CN: Straight Ahead transportation vision statement fails to strengthen rails

MONTREAL — CN today said Transport Minister David Collenette’s transportation vision for Canada misses an opportunity to further deregulate the nation’s world-leading rail transportation system.

Collenette introduced his transportation statement, Straight Ahead – A Vision for Transportation in Canada – today in Ottawa.

E. Hunter Harrison, president and chief executive officer of CN, said: “Canada has the best rail transportation system in the world – the lowest freight rates, the best service, and the most efficient operators in CN and CPR as a result of an enlightened policy of rail de-regulation since 1987.

“The minister’s vision document fails to build on these strengths, and it fails to further de-regulate the grain transportation sector.”

CN said it is concerned that the vision paper recommends that a regulated connection rate (RCR) provision be incorporated in the Canada Transportation Act (CTA). A RCR – a regulated rate for moving goods over an originating railway to an interchange point for transfer to a connecting railway – would be an unprecedented regulatory measure, replacing the Competitive Line Rate under the current CTA regime.

Harrison said: “There is no need for a RCR, given the conclusions of the Canada Transportation Act Review Panel – a panel established by the minister – that effective rail competition in Canada produced a 26 per cent decline in freight rates over the past decade, and that Canada’s railways are neither anti-competitive nor do they abuse their market position. The RCR risks putting the rail industry on a path toward re-regulation and may ultimately lead to unfair treatment of the railways.

“Of equal concern is the fact that RCRs would not be reciprocal – shippers in Canada could use them to access U.S. railroads, but there would be no comparable right for U.S. shippers to access Canadian carriers. This could confer unfair and unwarranted advantages on our U.S. competitors.”

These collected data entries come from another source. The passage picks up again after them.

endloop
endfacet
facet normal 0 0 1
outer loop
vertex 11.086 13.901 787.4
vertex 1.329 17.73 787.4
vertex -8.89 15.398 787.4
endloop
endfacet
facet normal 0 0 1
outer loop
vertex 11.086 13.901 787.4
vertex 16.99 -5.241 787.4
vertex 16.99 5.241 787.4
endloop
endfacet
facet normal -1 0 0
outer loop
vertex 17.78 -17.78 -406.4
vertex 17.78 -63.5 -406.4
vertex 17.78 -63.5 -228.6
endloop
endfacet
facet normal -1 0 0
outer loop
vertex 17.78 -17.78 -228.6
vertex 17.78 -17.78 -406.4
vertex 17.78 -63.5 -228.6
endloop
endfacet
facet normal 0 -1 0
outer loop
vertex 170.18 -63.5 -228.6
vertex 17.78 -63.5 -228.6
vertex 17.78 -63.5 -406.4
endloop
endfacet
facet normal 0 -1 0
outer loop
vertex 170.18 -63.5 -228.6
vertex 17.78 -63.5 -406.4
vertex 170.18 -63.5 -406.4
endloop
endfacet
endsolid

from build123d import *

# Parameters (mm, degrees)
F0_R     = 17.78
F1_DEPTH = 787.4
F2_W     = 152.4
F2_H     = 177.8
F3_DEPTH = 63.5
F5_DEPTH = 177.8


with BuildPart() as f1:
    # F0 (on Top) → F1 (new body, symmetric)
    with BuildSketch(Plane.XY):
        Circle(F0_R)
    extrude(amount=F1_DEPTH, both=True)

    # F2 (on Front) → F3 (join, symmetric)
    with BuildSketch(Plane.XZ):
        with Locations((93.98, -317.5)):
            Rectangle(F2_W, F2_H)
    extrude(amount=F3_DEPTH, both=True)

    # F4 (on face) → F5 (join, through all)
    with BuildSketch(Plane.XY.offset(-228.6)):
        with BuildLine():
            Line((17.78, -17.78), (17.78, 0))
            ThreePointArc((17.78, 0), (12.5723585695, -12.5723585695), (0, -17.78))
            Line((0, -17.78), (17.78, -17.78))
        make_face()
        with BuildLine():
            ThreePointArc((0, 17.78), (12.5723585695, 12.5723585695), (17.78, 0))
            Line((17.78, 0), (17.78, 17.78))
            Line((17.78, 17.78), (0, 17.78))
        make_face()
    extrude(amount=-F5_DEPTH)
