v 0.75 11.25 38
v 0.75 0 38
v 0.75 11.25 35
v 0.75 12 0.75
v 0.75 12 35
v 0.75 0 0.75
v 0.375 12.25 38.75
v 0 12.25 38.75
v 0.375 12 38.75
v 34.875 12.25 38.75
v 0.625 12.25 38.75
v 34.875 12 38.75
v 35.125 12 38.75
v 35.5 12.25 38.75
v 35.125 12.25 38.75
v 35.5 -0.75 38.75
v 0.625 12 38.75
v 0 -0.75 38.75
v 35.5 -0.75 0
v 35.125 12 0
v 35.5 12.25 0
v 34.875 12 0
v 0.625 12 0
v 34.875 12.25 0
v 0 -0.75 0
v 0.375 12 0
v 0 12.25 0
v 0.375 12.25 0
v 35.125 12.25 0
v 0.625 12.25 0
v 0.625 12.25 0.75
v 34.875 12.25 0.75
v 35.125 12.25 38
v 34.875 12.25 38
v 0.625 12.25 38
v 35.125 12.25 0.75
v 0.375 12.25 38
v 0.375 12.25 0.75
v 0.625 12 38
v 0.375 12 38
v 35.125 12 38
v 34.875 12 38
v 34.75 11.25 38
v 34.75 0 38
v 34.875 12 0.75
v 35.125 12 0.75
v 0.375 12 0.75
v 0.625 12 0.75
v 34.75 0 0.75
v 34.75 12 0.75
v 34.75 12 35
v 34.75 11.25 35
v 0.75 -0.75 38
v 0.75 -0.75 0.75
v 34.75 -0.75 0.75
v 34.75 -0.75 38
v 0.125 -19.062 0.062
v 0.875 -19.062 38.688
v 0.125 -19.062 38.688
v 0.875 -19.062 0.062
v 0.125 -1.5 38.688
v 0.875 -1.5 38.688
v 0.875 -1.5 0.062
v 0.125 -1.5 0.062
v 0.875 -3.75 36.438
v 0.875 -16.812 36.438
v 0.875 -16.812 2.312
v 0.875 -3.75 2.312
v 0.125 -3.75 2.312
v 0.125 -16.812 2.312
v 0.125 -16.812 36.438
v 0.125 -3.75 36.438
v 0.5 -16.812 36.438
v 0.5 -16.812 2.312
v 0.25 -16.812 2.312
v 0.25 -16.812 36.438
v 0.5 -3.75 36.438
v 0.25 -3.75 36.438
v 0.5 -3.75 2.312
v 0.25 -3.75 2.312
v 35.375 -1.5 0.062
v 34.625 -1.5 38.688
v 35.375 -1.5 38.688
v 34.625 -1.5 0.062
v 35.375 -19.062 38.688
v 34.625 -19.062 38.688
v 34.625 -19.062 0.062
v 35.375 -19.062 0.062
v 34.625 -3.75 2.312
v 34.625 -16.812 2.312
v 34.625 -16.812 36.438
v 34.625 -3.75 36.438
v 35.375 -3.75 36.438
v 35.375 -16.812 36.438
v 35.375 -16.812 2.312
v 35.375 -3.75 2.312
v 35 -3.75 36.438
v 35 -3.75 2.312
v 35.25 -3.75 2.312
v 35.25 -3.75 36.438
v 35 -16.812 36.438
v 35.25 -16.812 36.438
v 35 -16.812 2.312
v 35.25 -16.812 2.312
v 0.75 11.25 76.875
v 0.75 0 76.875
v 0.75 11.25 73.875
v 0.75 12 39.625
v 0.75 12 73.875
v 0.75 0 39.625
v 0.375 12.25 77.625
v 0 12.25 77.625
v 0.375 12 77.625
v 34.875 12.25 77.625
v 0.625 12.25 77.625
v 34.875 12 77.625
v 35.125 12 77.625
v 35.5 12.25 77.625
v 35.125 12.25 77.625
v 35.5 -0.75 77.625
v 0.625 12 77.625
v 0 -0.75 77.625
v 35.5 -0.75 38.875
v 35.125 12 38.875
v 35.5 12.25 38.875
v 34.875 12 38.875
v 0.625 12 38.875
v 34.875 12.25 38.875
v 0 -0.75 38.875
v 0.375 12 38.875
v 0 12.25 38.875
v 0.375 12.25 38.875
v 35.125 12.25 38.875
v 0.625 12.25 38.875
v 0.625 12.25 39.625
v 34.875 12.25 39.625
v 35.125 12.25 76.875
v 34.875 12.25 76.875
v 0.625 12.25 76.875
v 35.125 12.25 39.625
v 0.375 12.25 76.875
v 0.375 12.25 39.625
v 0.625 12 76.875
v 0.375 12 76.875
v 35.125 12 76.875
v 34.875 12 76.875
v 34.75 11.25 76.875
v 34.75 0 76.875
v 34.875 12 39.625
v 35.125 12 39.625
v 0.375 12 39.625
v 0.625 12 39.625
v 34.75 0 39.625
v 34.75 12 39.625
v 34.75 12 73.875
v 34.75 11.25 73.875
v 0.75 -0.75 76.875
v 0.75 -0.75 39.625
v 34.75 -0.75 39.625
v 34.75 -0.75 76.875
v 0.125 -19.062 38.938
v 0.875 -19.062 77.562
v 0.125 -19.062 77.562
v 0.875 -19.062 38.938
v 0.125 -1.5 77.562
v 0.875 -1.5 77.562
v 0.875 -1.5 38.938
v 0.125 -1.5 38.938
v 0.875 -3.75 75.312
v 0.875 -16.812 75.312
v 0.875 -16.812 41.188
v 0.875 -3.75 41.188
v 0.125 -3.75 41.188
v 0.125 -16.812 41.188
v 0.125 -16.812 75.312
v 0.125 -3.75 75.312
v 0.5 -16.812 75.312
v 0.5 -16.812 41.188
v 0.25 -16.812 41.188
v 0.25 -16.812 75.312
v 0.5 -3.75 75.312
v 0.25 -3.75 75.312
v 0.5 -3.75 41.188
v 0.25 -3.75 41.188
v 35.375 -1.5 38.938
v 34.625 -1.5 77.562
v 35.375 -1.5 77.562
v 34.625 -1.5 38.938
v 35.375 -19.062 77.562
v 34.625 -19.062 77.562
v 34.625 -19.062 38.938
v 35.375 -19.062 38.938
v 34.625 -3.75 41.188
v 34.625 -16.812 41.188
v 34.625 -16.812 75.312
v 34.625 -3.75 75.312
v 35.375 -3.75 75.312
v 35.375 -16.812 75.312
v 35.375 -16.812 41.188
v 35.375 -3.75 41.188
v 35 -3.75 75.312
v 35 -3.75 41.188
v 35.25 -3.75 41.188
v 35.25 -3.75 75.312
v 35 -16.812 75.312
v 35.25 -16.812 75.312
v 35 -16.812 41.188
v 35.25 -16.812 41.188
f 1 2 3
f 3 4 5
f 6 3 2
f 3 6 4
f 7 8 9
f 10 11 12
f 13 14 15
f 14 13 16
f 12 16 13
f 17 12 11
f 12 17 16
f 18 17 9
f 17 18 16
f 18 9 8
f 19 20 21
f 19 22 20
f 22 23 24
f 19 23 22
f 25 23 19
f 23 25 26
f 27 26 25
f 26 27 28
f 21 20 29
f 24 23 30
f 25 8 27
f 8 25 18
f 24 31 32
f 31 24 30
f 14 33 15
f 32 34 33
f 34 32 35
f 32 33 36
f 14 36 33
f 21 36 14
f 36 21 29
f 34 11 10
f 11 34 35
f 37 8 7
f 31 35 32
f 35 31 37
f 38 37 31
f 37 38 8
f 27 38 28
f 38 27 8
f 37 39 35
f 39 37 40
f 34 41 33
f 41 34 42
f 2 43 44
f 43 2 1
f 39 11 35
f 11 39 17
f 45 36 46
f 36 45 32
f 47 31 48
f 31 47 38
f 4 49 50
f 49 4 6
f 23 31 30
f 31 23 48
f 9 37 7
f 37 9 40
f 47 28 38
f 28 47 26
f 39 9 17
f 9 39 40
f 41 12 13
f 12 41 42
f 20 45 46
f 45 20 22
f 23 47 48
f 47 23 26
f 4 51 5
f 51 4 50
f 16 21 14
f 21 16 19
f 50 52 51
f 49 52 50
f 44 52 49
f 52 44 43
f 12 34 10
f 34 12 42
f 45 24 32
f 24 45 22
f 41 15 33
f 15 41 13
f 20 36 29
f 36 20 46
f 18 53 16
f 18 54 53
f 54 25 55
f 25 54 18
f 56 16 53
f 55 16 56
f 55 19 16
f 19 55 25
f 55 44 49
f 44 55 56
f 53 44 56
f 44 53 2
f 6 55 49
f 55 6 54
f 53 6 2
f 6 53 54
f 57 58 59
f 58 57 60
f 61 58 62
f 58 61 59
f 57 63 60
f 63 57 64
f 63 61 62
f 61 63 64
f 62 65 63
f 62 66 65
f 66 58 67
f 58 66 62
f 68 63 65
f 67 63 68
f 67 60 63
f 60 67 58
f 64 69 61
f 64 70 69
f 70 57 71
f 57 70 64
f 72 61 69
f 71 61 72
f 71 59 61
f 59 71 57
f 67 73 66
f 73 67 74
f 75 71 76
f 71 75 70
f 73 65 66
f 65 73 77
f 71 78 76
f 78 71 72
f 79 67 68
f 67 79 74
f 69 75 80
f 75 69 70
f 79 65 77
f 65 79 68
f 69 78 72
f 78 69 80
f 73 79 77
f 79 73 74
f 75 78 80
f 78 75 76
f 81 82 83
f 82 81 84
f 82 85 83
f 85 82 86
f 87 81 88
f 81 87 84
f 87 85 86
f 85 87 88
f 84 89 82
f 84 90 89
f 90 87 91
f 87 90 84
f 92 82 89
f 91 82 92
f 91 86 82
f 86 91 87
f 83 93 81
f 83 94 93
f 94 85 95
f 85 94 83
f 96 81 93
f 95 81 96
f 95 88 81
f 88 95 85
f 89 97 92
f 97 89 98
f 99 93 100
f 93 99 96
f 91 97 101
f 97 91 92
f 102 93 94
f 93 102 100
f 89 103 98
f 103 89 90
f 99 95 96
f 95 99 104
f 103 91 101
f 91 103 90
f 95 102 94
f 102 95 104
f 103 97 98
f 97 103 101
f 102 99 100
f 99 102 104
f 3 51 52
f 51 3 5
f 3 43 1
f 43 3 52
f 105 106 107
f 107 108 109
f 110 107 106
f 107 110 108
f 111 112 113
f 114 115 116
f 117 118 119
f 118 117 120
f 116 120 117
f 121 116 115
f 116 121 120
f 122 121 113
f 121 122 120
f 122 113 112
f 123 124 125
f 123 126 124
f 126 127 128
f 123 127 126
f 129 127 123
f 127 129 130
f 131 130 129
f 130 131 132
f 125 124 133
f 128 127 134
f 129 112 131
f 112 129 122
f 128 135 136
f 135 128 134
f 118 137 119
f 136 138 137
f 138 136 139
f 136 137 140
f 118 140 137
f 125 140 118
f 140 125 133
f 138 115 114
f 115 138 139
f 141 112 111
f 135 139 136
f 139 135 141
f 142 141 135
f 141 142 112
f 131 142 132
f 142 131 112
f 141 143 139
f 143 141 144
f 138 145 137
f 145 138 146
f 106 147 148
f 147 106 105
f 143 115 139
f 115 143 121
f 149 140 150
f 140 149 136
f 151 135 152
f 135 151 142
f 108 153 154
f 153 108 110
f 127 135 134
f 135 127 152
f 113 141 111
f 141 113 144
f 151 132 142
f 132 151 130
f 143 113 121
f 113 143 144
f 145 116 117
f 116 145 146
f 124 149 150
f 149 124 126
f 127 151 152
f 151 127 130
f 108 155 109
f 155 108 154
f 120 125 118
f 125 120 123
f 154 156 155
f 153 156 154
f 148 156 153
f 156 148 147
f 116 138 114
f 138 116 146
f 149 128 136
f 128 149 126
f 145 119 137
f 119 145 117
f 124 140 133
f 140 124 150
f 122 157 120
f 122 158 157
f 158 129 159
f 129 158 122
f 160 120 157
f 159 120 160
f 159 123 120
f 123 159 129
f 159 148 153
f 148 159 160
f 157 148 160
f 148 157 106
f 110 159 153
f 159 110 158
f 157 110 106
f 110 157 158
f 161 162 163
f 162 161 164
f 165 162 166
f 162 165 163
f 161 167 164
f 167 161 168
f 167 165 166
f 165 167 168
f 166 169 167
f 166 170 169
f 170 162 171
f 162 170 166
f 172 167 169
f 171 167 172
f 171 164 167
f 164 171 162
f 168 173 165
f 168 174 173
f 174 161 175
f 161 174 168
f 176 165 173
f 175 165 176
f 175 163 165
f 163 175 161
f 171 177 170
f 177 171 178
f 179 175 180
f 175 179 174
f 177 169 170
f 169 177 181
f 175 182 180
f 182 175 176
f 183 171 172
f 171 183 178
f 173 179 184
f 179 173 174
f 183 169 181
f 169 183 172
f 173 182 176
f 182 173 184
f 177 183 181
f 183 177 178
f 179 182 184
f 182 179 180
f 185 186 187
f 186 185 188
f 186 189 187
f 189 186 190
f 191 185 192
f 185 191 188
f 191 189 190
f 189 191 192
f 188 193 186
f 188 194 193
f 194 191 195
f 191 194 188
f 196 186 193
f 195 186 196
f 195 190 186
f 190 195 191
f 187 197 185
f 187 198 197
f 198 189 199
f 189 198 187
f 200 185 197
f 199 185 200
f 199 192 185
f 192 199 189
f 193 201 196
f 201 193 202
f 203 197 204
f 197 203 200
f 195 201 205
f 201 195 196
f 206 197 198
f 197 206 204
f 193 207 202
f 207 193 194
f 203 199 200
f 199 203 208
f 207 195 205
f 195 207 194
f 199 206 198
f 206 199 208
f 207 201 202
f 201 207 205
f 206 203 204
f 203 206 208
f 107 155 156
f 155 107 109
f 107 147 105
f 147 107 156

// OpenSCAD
// --- 1. YOUR EXACT SPECS (INCHES) ---
ancho_total   = 35.5; 
alto_total    = 38.75;   
fondo_box     = 12.25;    
t_plywood     = 0.75;     
t_backer      = 0.25;     
t_face_maple  = 0.75;     
rabbet_d      = 0.125; 

// --- BACKER RABBET SPECS ---
backer_rab_w  = 0.25;     
backer_rab_d  = 0.375;    

// --- MOUNTING BRACKET ---
h_bracket     = 3.0;      
t_bracket     = 0.75;     

// --- 2. YOUR DOOR SPECS ---
door_w        = 17.5625; 
door_h        = 38.625;  
frame_w       = 2.25;     
t_door        = 0.75;     // Thickness of Maple Frame
t_panel       = 0.25;     // Thickness of Plywood Insert
panel_nest_d  = 0.125;    // Recess depth from front face

// Calculated Door Panel (includes 1/4" tongue for the grooves)
panel_w_calc  = door_w - (frame_w * 2) + 0.5;
panel_h_calc  = door_h - (frame_w * 2) + 0.5;

explode       = 0; 
show_labels   = (explode > 0);
Door_Open_Angle = 90;

// --- 3. COLORS ---
color_plywood = [0.82, 0.71, 0.55]; 
color_maple   = [0.45, 0.29, 0.07]; 

$fn = 60;

// --- 4. HELPER: MEASUREMENT LABELS ---
module dim_label(txt, loc=[0,0,0], rot=[90,0,0]) {
    if (show_labels) {
        translate(loc) rotate(rot)
        color("DimGray") linear_extrude(0.1)
            text(str(txt, "\""), size=1.2, halign="center", font="Arial:style=Bold");
    }
}

// --- 5. DOOR MODULE ---
module shaker_door(is_right_door = false) {
    rail_w = door_w - (frame_w * 2);
    pivot_x = is_right_door ? door_w : 0;
    
    rotate([0, 0, is_right_door ? Door_Open_Angle : -Door_Open_Angle])
    translate([-pivot_x, 0, 0])
    union() {
        // THE MAPLE FRAME
        color(color_maple) difference() {
            cube([door_w, t_door, door_h]); 
            // The cutout for the panel
            translate([frame_w, -0.1, frame_w])
                cube([door_w - (frame_w * 2), t_door + 0.2, door_h - (frame_w * 2)]);
        }
        
        // THE PLYWOOD PANEL (Nested 1/8" from the face)
        translate([frame_w - 0.25, panel_nest_d, frame_w - 0.25]) 
            color(color_plywood) cube([panel_w_calc, t_panel, panel_h_calc]);

        if (show_labels) {
            dim_label(door_h, [pivot_x + (is_right_door ? -1 : 1), -1, door_h/2]);
            dim_label(rail_w, [door_w/2, -1, frame_w/2]);
        }
    }
}

module assembly() {
    // A. SIDES
    color(color_plywood) {
        translate([-explode, 0, 0]) difference() {
            cube([t_plywood, fondo_box, alto_total]);
            translate([t_plywood - rabbet_d, -0.1, alto_total - t_plywood]) cube([rabbet_d+0.1, fondo_box+0.2, t_plywood+0.1]);
            translate([t_plywood - rabbet_d, -0.1, -0.1]) cube([rabbet_d+0.1, fondo_box+0.2, t_plywood+0.1]);
            translate([t_plywood - backer_rab_d, fondo_box - backer_rab_w, -0.1]) cube([backer_rab_d + 0.1, backer_rab_w + 0.1, alto_total + 0.2]);
        }
        translate([ancho_total - t_plywood + explode, 0, 0]) difference() {
            cube([t_plywood, fondo_box, alto_total]);
            translate([-0.1, -0.1, alto_total - t_plywood]) cube([rabbet_d+0.1, fondo_box+0.2, t_plywood+0.1]);
            translate([-0.1, -0.1, -0.1]) cube([rabbet_d+0.1, fondo_box+0.2, t_plywood+0.1]);
            translate([-0.1, fondo_box - backer_rab_w, -0.1]) cube([backer_rab_d + 0.1, backer_rab_w + 0.1, alto_total + 0.2]);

CN also expressed concern about the minister’s plan to remove the “substantial commercial harm” test that shippers must satisfy to qualify for regulatory relief in certain situations. The removal of this test would invite shippers to resort increasingly to the regulator, rather than a commercial agenda, on rate- and service-related issues.

“This is not the right approach,” Harrison said. “Even the minister’s CTA Review Panel said government transportation policy should be driven by market forces and that regulatory intervention should be a very last resort.

“CN will make its views known fully to the minister and will participate actively in the continued evolution of his transportation vision document and in the legislative process that will follow.”